Later, we visited a brand new "Rivian Adventure Network" charger near our house. Even on our branded network, they charged a blistering $0.54/kWh! It was literally cheaper to pay retail at the Tesla Supercharger network. Though they advertised 300kW, we only got 160kW over the charging session. This isn't terrible by the standards of DC fast charging, but I was expecting to get some sort of special treatment taking my Rivian to the Rivian-branded chargers.

We have the max battery, so have 400 miles of rated range - though they recommend only charging to a surprisingly low 70% for daily use. That's still a lot of range for an EV, more than enough to overcome even the most conservative range anxiety except for road trips.

Interior and Gimmicks

Taking a move out of the Tesla playbook, the whole car is tech-forward. Digital dash plus a large center touch-screen. Phone key. Wifi. Built-in dashcam. Dog-mode climate control.

On top of that, it has a lot of the higher-end traditional car feature. Power frunk and trunk. Seat heating and cooling, heated steering wheel. Adjustable air suspension. 

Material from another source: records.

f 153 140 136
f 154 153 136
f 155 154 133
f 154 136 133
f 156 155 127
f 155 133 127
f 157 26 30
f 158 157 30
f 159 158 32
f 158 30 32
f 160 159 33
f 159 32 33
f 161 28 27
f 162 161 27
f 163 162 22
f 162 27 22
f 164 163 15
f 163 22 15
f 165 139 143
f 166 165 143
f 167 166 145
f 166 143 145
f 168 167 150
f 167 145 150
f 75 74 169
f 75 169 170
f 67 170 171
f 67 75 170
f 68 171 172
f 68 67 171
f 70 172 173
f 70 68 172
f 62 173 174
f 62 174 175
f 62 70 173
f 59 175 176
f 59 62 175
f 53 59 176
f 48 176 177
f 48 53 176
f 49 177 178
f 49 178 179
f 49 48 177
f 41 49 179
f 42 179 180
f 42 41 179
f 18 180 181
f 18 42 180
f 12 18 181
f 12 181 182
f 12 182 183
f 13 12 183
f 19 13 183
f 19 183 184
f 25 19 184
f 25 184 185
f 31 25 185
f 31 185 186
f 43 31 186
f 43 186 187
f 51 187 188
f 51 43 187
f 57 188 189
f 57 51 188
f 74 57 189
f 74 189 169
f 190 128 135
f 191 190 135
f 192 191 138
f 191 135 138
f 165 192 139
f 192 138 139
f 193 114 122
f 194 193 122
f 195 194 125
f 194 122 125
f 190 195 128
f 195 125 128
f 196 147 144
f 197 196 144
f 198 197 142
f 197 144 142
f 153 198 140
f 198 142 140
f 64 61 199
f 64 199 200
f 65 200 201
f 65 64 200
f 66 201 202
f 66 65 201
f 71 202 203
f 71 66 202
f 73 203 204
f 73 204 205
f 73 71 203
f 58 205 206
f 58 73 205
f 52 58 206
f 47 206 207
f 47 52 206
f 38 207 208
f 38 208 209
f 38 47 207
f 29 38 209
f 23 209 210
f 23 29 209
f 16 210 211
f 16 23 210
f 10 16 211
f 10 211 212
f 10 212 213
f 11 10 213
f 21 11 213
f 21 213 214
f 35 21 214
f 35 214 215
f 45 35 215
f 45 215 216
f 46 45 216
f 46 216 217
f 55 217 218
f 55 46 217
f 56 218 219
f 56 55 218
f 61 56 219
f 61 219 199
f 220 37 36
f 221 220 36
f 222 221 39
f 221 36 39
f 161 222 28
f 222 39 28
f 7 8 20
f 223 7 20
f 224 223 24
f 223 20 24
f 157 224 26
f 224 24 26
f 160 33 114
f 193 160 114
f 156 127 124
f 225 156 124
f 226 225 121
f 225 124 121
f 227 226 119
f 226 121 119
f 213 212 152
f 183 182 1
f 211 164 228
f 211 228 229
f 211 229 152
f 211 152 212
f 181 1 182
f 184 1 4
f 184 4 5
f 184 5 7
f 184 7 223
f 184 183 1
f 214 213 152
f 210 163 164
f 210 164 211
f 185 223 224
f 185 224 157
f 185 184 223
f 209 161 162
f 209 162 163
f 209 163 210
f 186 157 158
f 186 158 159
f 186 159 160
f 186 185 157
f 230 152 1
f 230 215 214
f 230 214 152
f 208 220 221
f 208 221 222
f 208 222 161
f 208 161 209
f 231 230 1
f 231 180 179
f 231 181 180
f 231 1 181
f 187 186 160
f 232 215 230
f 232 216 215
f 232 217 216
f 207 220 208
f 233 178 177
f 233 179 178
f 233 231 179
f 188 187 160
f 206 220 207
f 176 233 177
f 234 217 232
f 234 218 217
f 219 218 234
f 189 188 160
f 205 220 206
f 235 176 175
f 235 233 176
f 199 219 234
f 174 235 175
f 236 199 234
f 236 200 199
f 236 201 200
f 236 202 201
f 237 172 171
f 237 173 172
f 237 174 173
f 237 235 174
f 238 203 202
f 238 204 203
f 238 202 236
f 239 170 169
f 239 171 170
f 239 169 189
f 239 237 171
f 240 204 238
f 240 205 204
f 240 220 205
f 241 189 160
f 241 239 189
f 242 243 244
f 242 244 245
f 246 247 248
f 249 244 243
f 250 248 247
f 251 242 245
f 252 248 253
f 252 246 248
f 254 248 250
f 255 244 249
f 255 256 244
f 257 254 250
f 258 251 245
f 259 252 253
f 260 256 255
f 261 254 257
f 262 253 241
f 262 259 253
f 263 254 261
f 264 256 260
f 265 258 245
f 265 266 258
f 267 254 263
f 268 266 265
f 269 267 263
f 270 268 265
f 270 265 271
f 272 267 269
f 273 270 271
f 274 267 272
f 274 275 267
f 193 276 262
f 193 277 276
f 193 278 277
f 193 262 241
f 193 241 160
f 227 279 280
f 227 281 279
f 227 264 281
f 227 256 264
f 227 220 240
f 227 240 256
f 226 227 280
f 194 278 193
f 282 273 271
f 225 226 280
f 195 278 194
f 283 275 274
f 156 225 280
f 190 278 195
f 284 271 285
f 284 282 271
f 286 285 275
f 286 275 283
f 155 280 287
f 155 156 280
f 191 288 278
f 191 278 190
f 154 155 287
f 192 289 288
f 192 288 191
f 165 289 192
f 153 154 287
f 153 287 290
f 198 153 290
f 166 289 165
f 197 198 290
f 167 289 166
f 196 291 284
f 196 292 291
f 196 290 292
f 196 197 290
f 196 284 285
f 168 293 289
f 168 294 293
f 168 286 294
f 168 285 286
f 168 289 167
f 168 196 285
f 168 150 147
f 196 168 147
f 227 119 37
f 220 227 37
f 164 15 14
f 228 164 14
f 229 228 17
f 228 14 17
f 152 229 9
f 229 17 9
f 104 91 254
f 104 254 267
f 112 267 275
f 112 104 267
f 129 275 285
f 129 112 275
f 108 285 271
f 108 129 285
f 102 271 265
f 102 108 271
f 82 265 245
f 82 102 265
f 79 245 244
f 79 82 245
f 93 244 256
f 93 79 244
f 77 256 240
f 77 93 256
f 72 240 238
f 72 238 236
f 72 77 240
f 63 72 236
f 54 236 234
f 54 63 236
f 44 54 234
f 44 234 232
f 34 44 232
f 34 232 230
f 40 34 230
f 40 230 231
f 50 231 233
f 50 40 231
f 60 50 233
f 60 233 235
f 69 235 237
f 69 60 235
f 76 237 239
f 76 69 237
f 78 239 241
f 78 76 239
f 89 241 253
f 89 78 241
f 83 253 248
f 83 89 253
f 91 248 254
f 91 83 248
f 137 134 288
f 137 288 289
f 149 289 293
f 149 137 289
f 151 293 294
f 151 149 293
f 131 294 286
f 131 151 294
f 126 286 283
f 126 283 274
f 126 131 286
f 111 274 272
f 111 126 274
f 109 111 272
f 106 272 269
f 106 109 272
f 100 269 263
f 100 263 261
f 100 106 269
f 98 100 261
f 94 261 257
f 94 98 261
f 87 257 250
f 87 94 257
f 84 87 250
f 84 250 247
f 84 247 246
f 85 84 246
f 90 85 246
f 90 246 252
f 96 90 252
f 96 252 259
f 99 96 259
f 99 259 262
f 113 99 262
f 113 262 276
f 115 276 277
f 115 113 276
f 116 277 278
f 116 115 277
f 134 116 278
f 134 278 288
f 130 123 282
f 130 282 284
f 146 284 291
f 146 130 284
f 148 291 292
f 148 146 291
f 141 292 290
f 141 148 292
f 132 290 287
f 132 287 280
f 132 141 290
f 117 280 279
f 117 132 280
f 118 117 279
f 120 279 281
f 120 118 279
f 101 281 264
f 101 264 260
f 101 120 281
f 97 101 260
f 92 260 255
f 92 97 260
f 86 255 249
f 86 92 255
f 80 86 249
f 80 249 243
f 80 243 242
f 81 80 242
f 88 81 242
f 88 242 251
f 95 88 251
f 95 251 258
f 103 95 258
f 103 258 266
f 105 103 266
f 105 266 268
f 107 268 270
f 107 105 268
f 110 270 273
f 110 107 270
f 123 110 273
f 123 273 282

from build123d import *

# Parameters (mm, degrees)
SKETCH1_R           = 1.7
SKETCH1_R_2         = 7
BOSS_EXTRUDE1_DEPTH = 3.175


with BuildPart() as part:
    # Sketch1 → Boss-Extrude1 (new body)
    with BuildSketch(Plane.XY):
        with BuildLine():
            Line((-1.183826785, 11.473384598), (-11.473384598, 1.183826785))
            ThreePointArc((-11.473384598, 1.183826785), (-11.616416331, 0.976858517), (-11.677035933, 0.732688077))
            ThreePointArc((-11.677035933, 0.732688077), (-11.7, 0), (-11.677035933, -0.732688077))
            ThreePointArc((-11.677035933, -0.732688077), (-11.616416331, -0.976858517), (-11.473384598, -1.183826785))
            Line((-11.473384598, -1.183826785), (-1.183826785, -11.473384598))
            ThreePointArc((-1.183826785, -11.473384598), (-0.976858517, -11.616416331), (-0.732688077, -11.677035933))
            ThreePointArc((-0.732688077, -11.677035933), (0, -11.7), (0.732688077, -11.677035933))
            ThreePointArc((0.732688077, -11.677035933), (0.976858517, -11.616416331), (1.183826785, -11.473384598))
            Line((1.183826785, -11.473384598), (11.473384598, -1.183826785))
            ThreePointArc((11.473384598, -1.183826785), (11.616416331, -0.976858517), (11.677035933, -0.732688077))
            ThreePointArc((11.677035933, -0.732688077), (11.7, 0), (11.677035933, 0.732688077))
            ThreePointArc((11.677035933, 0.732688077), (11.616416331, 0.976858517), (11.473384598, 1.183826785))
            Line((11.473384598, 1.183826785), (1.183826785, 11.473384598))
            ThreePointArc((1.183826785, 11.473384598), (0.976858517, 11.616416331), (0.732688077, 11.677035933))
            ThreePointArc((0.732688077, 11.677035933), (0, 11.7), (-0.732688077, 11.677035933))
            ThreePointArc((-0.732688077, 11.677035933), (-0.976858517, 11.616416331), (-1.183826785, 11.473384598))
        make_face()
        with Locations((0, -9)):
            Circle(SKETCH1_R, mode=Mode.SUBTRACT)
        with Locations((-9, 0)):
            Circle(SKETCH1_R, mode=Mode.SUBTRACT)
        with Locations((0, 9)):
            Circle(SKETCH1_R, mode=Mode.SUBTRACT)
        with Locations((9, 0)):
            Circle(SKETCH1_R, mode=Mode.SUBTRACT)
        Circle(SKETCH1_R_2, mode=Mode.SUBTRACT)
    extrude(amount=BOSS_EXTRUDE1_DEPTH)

A few new toys we discovered:
  • Chromecast support! Instead of having to integrate streaming apps one-by-one, you just cast from your phone over the car's wifi.
  • Audio controls from the center row. This is quite useful, as my daughter often loves to take over the bluetooth audio.
  • An optional add-on: a dimmable roof! It goes from mostly transparent-gray to a full fog in a couple of seconds. This is good on really bright days for the comfort of passengers.
One thing that really stood out though was the lack of cabin storage. There's no glovebox! The center console is average size, and opened by a strangely unreliable button. For a car this size, an almost criminally low number of cup holders too.

Even with "kneeling" air suspension, this has the height of a truck. The lack of factory-provided running boards is a conspicuous omission for a vehicle in this weight class.

Tech Reliability

I'm sad to say, you really feel the lack of software maturity on Rivian, compared to Tesla.

While phone key on any vehicle can have its ups and downs, I feel the Rivian app is particularly weak. The car does not predictably wake up in response to app commands, which is critically important when you're relying on it to leave the house in the morning.

The Rivian infotainment system is not so reliable. The navigation is the most conspicuous, where search will sometimes just break for no reason, requiring a reboot. We had a couple of days where it simply refused to center us on the map, insisting on constantly showing us a part of suburban Calgary. The routing is not as good as Google Maps, and we're often left questioning it. On a car with this much tech, you really do not expect to navigate on your phone, but that is where we frequently end up.

There's definitely a few other small issues. One that gets me the most is that it will occasionally fail to reset the seat position, requiring adjustment before I drive.

While I appreciate the built-in dashcam, it will occasionally fail to recognize to read the attached storage.

Gear Shop

What a mess!

We had some referral credits, which we used to order a ski rack. A few weeks later, a battered box arrives on our doorstep. This is a surf rack! It takes days to get ahold of them, though eventually they acknowledge the error and agree to send the right item. They simply ignore our questions of what to do with the surf rack - we eventually gave it away to someone at the local Rivian club.

A few weeks, an even more battered box arrives, a Yakima-brand ski rack. But they sent us an open-box return! Parts were just shoved into Ziploc bags. We quickly discovered what the returner had clearly already noticed - one of the mounting brackets was broken, making the entire system unusable.

Multiple tickets later, we are still waiting for an answer about what they are going to do about it. It's July now, they've only got five months left to get this right.